For testing, we construct the time series container that includes two sensor time series, "temperature" and "pressure", for two devices "a" and "b".

In [2]:
df = pd.DataFrame({"id": ["a", "a", "b", "b"], "temperature": [1,2,3,1], "pressure": [-1, 2, -1, 7]})
df

Unnamed: 0,id,temperature,pressure
0,a,1,-1
1,a,2,2
2,b,3,-1
3,b,1,7


## The `default_fc_parameters`

Which features are calculated by `tsfresh` is controlled by a dictionary that contains a mapping from feature calculator names to their parameters. 
This dictionary is called `fc_parameters`. 
It maps feature calculator names (= keys) to parameters (= values). 
Every key in the dictionary will be looked up as a function in `tsfresh.feature_extraction.feature_calculators` and be used to extract features.
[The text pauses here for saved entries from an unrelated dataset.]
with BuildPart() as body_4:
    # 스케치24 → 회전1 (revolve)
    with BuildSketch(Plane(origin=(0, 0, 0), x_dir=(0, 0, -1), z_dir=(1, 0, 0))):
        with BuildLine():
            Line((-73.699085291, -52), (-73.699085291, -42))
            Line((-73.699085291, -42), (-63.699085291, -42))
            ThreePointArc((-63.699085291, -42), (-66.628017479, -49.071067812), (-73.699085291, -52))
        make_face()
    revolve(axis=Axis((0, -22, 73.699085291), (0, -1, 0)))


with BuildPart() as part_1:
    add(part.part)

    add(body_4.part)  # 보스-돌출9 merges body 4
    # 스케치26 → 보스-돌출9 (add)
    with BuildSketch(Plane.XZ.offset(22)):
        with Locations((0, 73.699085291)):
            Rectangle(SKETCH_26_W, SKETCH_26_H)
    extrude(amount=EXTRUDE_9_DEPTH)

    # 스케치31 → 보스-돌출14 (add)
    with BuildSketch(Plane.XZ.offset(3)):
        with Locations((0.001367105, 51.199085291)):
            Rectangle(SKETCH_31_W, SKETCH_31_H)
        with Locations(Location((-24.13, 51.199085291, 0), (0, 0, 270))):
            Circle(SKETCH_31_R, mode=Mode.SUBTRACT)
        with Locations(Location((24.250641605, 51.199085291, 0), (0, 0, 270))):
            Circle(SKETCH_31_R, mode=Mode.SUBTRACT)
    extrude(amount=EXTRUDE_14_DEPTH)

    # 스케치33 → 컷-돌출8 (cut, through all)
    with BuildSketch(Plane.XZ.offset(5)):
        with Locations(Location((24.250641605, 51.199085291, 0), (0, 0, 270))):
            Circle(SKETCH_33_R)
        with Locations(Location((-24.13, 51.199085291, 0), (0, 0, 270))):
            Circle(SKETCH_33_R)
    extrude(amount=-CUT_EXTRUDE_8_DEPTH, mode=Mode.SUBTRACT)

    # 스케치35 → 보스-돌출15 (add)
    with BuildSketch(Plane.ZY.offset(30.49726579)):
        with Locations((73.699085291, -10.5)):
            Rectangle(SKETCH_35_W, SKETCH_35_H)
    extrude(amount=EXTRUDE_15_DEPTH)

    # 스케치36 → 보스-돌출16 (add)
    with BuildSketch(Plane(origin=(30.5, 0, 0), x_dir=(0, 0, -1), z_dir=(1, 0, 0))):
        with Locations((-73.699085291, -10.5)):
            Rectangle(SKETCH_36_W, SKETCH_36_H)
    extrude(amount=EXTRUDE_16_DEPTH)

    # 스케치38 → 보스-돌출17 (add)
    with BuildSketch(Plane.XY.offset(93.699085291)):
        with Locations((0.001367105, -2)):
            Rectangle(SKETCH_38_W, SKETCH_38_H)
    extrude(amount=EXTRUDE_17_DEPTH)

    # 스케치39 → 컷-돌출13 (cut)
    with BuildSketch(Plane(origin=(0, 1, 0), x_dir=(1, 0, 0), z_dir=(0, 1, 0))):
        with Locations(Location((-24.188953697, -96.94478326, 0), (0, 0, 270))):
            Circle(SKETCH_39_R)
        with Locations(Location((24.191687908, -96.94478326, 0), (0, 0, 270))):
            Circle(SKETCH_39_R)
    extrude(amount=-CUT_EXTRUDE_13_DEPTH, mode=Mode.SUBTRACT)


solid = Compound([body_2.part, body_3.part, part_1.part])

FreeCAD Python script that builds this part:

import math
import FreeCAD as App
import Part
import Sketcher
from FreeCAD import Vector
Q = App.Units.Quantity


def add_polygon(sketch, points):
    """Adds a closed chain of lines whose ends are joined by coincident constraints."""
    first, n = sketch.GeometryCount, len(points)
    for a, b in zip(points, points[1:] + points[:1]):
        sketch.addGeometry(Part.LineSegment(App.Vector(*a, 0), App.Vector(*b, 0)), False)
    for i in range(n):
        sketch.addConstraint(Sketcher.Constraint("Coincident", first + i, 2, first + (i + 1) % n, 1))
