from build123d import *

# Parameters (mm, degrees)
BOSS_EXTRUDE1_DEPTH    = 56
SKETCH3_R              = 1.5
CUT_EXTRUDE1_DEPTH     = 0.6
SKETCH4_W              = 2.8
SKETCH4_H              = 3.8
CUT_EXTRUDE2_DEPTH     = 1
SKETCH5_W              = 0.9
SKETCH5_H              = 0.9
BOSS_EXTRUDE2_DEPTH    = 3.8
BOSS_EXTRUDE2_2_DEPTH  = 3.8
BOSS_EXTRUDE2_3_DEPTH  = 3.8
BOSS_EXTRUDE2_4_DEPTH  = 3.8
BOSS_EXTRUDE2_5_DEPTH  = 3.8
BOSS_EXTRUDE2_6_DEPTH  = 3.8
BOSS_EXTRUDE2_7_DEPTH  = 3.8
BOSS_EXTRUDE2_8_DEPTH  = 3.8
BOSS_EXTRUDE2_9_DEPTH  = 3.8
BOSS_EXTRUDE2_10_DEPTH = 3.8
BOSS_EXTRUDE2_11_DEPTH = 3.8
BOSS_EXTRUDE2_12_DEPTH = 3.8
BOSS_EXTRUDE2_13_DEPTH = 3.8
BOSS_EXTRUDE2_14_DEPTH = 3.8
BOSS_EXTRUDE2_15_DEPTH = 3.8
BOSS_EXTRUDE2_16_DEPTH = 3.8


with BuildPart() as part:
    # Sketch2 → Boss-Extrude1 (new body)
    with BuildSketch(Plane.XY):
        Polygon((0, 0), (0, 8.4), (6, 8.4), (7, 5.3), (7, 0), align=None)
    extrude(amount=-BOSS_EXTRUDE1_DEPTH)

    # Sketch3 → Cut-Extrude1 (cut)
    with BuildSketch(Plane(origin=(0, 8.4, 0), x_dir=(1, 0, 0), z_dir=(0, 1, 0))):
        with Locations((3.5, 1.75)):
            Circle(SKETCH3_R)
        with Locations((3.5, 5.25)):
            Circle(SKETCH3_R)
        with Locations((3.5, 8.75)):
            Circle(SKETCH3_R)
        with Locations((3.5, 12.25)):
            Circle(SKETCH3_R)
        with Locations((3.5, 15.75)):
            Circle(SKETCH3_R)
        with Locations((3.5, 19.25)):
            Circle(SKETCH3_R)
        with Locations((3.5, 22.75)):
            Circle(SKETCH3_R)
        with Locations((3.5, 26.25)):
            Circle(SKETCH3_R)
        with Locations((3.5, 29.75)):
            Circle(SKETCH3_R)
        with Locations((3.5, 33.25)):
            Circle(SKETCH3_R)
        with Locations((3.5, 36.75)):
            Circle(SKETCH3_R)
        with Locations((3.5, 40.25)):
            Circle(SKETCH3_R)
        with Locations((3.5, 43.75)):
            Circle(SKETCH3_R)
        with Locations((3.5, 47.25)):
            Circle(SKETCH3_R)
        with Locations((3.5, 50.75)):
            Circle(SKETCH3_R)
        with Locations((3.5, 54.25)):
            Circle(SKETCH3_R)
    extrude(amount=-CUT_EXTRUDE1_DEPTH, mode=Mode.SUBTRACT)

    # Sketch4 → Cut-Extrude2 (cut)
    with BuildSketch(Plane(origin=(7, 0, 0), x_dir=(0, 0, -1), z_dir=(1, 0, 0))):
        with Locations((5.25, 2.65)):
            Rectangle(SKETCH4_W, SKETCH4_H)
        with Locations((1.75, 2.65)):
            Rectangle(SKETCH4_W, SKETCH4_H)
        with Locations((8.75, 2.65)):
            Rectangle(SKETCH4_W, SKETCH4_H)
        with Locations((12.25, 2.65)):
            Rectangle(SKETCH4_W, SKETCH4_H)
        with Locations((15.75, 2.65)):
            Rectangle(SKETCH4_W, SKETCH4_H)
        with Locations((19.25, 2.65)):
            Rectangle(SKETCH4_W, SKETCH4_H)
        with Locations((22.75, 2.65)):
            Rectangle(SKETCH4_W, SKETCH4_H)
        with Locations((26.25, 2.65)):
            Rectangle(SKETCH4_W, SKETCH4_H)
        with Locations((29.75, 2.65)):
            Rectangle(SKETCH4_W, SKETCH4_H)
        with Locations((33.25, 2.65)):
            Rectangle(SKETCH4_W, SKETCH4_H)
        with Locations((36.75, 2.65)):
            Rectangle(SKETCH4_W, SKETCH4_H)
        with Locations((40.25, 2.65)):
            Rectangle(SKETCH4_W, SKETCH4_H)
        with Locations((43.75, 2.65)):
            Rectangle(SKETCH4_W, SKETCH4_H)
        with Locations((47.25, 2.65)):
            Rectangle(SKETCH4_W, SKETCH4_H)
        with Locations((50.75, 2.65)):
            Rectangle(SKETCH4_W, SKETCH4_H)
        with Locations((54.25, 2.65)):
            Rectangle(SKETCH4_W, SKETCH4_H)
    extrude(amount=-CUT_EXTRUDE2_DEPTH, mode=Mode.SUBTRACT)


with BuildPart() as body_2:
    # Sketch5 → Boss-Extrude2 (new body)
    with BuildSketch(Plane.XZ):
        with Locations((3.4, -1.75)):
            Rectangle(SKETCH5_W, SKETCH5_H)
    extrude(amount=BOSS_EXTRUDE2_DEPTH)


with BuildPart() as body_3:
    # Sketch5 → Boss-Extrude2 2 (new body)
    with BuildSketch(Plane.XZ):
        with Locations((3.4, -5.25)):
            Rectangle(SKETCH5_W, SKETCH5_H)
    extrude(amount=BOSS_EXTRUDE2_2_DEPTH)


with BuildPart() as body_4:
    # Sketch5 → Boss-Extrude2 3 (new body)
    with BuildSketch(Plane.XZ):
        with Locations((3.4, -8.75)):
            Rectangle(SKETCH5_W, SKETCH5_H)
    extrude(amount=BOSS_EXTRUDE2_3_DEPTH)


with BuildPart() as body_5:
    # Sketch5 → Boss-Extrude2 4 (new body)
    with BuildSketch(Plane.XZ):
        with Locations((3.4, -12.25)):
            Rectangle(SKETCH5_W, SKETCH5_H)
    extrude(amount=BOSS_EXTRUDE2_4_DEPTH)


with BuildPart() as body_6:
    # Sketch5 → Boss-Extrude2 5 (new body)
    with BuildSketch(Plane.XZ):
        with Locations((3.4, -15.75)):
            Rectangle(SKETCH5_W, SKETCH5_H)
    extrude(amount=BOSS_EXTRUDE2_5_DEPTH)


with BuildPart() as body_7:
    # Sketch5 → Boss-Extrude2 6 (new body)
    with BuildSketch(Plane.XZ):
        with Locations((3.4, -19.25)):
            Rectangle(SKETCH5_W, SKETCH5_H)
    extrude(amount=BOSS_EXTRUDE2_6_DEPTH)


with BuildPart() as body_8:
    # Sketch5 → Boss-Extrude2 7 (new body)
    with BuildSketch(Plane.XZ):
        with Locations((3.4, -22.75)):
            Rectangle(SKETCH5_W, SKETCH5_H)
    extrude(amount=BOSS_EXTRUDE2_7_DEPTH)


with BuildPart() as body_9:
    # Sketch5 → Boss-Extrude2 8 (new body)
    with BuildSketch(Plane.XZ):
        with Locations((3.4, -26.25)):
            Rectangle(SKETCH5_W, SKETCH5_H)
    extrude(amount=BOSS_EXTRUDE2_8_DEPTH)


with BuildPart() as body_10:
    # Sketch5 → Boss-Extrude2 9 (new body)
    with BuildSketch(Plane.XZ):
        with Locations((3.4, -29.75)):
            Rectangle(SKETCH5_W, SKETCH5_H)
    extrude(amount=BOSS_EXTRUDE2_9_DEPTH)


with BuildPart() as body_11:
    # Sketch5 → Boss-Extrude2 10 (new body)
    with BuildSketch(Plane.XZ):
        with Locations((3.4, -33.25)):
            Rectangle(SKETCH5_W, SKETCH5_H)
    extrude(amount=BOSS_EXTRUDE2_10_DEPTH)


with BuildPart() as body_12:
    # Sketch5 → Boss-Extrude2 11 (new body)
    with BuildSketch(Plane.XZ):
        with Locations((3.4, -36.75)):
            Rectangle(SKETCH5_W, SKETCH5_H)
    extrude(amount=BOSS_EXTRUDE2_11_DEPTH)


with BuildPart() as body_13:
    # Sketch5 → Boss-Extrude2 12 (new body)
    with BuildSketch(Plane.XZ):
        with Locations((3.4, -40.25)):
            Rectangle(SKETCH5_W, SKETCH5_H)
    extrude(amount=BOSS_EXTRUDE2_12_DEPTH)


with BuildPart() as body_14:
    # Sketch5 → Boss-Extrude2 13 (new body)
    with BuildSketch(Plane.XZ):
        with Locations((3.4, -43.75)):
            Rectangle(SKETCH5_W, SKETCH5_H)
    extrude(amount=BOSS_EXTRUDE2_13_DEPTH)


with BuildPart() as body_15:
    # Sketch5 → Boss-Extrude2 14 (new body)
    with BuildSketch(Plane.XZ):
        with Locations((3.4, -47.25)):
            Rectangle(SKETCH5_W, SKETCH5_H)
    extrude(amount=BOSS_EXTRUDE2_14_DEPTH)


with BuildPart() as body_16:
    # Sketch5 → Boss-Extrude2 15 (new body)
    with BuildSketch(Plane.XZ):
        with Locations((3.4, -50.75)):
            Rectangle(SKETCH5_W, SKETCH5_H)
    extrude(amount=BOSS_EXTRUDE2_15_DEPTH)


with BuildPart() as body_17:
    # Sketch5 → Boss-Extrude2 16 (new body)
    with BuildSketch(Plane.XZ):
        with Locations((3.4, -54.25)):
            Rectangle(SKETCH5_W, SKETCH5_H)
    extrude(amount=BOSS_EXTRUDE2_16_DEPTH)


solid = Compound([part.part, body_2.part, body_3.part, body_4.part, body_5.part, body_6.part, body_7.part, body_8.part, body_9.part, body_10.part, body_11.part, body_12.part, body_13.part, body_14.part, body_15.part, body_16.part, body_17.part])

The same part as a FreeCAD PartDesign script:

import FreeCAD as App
import Part
import Sketcher
from FreeCAD import Vector
Q = App.Units.Quantity


def add_polygon(sketch, points):
    """Adds a closed chain of lines whose ends are joined by coincident constraints."""
    first, n = sketch.GeometryCount, len(points)
    for a, b in zip(points, points[1:] + points[:1]):
        sketch.addGeometry(Part.LineSegment(App.Vector(*a, 0), App.Vector(*b, 0)), False)
    for i in range(n):
        sketch.addConstraint(Sketcher.Constraint("Coincident", first + i, 2, first + (i + 1) % n, 1))

doc = App.newDocument("Part")
body = doc.addObject("PartDesign::Body", "Body")

# Sketch on XY plane
sketch1 = body.newObject("Sketcher::SketchObject", "Sketch")
sketch1.AttachmentSupport = (doc.getObject("XY_Plane"), [""])
sketch1.MapMode = "FlatFace"
add_polygon(sketch1, [(0, 8.4), (0, 0), (7, 0), (7, 5.3), (6, 8.4)])  # lines 0-4
sketch1.addConstraint(Sketcher.Constraint("Vertical", 0))
sketch1.addConstraint(Sketcher.Constraint("Horizontal", 1))
sketch1.addConstraint(Sketcher.Constraint("Vertical", 2))
sketch1.addConstraint(Sketcher.Constraint("Horizontal", 4))
sketch1.addConstraint(Sketcher.Constraint("Coincident", 0, 2, -1, 1))
sketch1.addConstraint(Sketcher.Constraint("DistanceX", 1, 1, 1, 2, Q("7 mm")))
sketch1.addConstraint(Sketcher.Constraint("DistanceX", 4, 2, 4, 1, Q("6 mm")))
sketch1.addConstraint(Sketcher.Constraint("DistanceY", 0, 2, 0, 1, Q("8.4 mm")))
sketch1.addConstraint(Sketcher.Constraint("DistanceY", 2, 1, 2, 2, Q("5.3 mm")))
pad1 = body.newObject("PartDesign::Pad", "Pad")
pad1.Profile = sketch1
pad1.Length = 56
pad1.Reversed = True

# Sketch on XZ plane
sketch2 = body.newObject("Sketcher::SketchObject", "Sketch001")
sketch2.AttachmentSupport = (doc.getObject("XZ_Plane"), [""])
sketch2.MapMode = "FlatFace"
sketch2.AttachmentOffset = App.Placement(Vector(0, 0, -8.4), App.Rotation())
sketch2.addGeometry(Part.Circle(Vector(3.5, -1.75, 0), Vector(0, 0, 1), 1.5), False)
sketch2.addGeometry(Part.Circle(Vector(3.5, -5.25, 0), Vector(0, 0, 1), 1.5), False)
sketch2.addGeometry(Part.Circle(Vector(3.5, -8.75, 0), Vector(0, 0, 1), 1.5), False)
sketch2.addGeometry(Part.Circle(Vector(3.5, -12.25, 0), Vector(0, 0, 1), 1.5), False)
sketch2.addGeometry(Part.Circle(Vector(3.5, -15.75, 0), Vector(0, 0, 1), 1.5), False)
sketch2.addGeometry(Part.Circle(Vector(3.5, -19.25, 0), Vector(0, 0, 1), 1.5), False)
sketch2.addGeometry(Part.Circle(Vector(3.5, -22.75, 0), Vector(0, 0, 1), 1.5), False)
sketch2.addGeometry(Part.Circle(Vector(3.5, -26.25, 0), Vector(0, 0, 1), 1.5), False)
sketch2.addGeometry(Part.Circle(Vector(3.5, -29.75, 0), Vector(0, 0, 1), 1.5), False)
sketch2.addGeometry(Part.Circle(Vector(3.5, -33.25, 0), Vector(0, 0, 1), 1.5), False)
sketch2.addGeometry(Part.Circle(Vector(3.5, -36.75, 0), Vector(0, 0, 1), 1.5), False)
sketch2.addGeometry(Part.Circle(Vector(3.5, -40.25, 0), Vector(0, 0, 1), 1.5), False)
sketch2.addGeometry(Part.Circle(Vector(3.5, -43.75, 0), Vector(0, 0, 1), 1.5), False)
sketch2.addGeometry(Part.Circle(Vector(3.5, -47.25, 0), Vector(0, 0, 1), 1.5), False)
sketch2.addGeometry(Part.Circle(Vector(3.5, -50.75, 0), Vector(0, 0, 1), 1.5), False)
sketch2.addGeometry(Part.Circle(Vector(3.5, -54.25, 0), Vector(0, 0, 1), 1.5), False)
sketch2.addConstraint(Sketcher.Constraint("Equal", 0, 1))
sketch2.addConstraint(Sketcher.Constraint("Equal", 1, 2))
sketch2.addConstraint(Sketcher.Constraint("Equal", 2, 3))
sketch2.addConstraint(Sketcher.Constraint("Equal", 3, 4))
sketch2.addConstraint(Sketcher.Constraint("Equal", 4, 5))
sketch2.addConstraint(Sketcher.Constraint("Equal", 5, 6))
sketch2.addConstraint(Sketcher.Constraint("Equal", 6, 7))
sketch2.addConstraint(Sketcher.Constraint("Equal", 7, 8))
sketch2.addConstraint(Sketcher.Constraint("Equal", 8, 9))
sketch2.addConstraint(Sketcher.Constraint("Equal", 9, 10))
sketch2.addConstraint(Sketcher.Constraint("Equal", 10, 11))
sketch2.addConstraint(Sketcher.Constraint("Equal", 11, 12))
sketch2.addConstraint(Sketcher.Constraint("Equal", 12, 13))
sketch2.addConstraint(Sketcher.Constraint("Equal", 13, 14))
sketch2.addConstraint(Sketcher.Constraint("Equal", 14, 15))
sketch2.addConstraint(Sketcher.Constraint("Vertical", 0, 3, 1, 3))
sketch2.addConstraint(Sketcher.Constraint("Vertical", 1, 3, 2, 3))
sketch2.addConstraint(Sketcher.Constraint("Vertical", 2, 3, 3, 3))
sketch2.addConstraint(Sketcher.Constraint("Vertical", 3, 3, 4, 3))
sketch2.addConstraint(Sketcher.Constraint("Vertical", 4, 3, 5, 3))
sketch2.addConstraint(Sketcher.Constraint("Vertical", 5, 3, 6, 3))
sketch2.addConstraint(Sketcher.Constraint("Vertical", 6, 3, 7, 3))
sketch2.addConstraint(Sketcher.Constraint("Vertical", 7, 3, 8, 3))
sketch2.addConstraint(Sketcher.Constraint("Vertical", 8, 3, 9, 3))
sketch2.addConstraint(Sketcher.Constraint("Vertical", 9, 3, 10, 3))
sketch2.addConstraint(Sketcher.Constraint("Vertical", 10, 3, 11, 3))
sketch2.addConstraint(Sketcher.Constraint("Vertical", 11, 3, 12, 3))
sketch2.addConstraint(Sketcher.Constraint("Vertical", 12, 3, 13, 3))
sketch2.addConstraint(Sketcher.Constraint("Vertical", 13, 3, 14, 3))
sketch2.addConstraint(Sketcher.Constraint("Vertical", 14, 3, 15, 3))
sketch2.addConstraint(Sketcher.Constraint("Diameter", 0, Q("3 mm")))
sketch2.addConstraint(Sketcher.Constraint("DistanceY", 2, 3, 0, 3, Q("7 mm")))
sketch2.addConstraint(Sketcher.Constraint("DistanceY", 3, 3, 1, 3, Q("7 mm")))
sketch2.addConstraint(Sketcher.Constraint("DistanceY", 4, 3, 2, 3, Q("7 mm")))
sketch2.addConstraint(Sketcher.Constraint("DistanceY", 5, 3, 3, 3, Q("7 mm")))
sketch2.addConstraint(Sketcher.Constraint("DistanceY", 6, 3, 4, 3, Q("7 mm")))
sketch2.addConstraint(Sketcher.Constraint("DistanceY", 7, 3, 5, 3, Q("7 mm")))
sketch2.addConstraint(Sketcher.Constraint("DistanceY", 8, 3, 6, 3, Q("7 mm")))
sketch2.addConstraint(Sketcher.Constraint("DistanceY", 9, 3, 7, 3, Q("7 mm")))
sketch2.addConstraint(Sketcher.Constraint("DistanceY", 10, 3, 8, 3, Q("7 mm")))
sketch2.addConstraint(Sketcher.Constraint("DistanceY", 11, 3, 9, 3, Q("7 mm")))
sketch2.addConstraint(Sketcher.Constraint("DistanceY", 12, 3, 10, 3, Q("7 mm")))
`tsfresh` comes with some predefined sets of `fc_parameters` dictionaries:

In [3]:
settings.ComprehensiveFCParameters, settings.EfficientFCParameters, settings.MinimalFCParameters

(tsfresh.feature_extraction.settings.ComprehensiveFCParameters,
 tsfresh.feature_extraction.settings.EfficientFCParameters,
 tsfresh.feature_extraction.settings.MinimalFCParameters)

For example, to only calculate a very minimal set of features:

In [4]:
settings_minimal = settings.MinimalFCParameters() 
settings_minimal

{'sum_values': None, 'median': None, 'mean': None, 'length': None, 'standard_deviation': None, 'variance': None, 'root_mean_square': None, 'maximum': None, 'absolute_maximum': None, 'minimum': None}

Each key stands for one of the feature calculators. 
The value are the parameters. If a feature calculator has no parameters, `None` is used as a value (and as these feature calculators are very simple, they all have no parameters).

This dictionary can passed to the extract method, resulting in a few basic time series beeing calculated:

In [5]:
X_tsfresh = extract_features(df, column_id="id", default_fc_parameters=settings_minimal)
X_tsfresh.head()

Feature Extraction: 100%|██████████| 4/4 [00:02<00:00,  1.93it/s]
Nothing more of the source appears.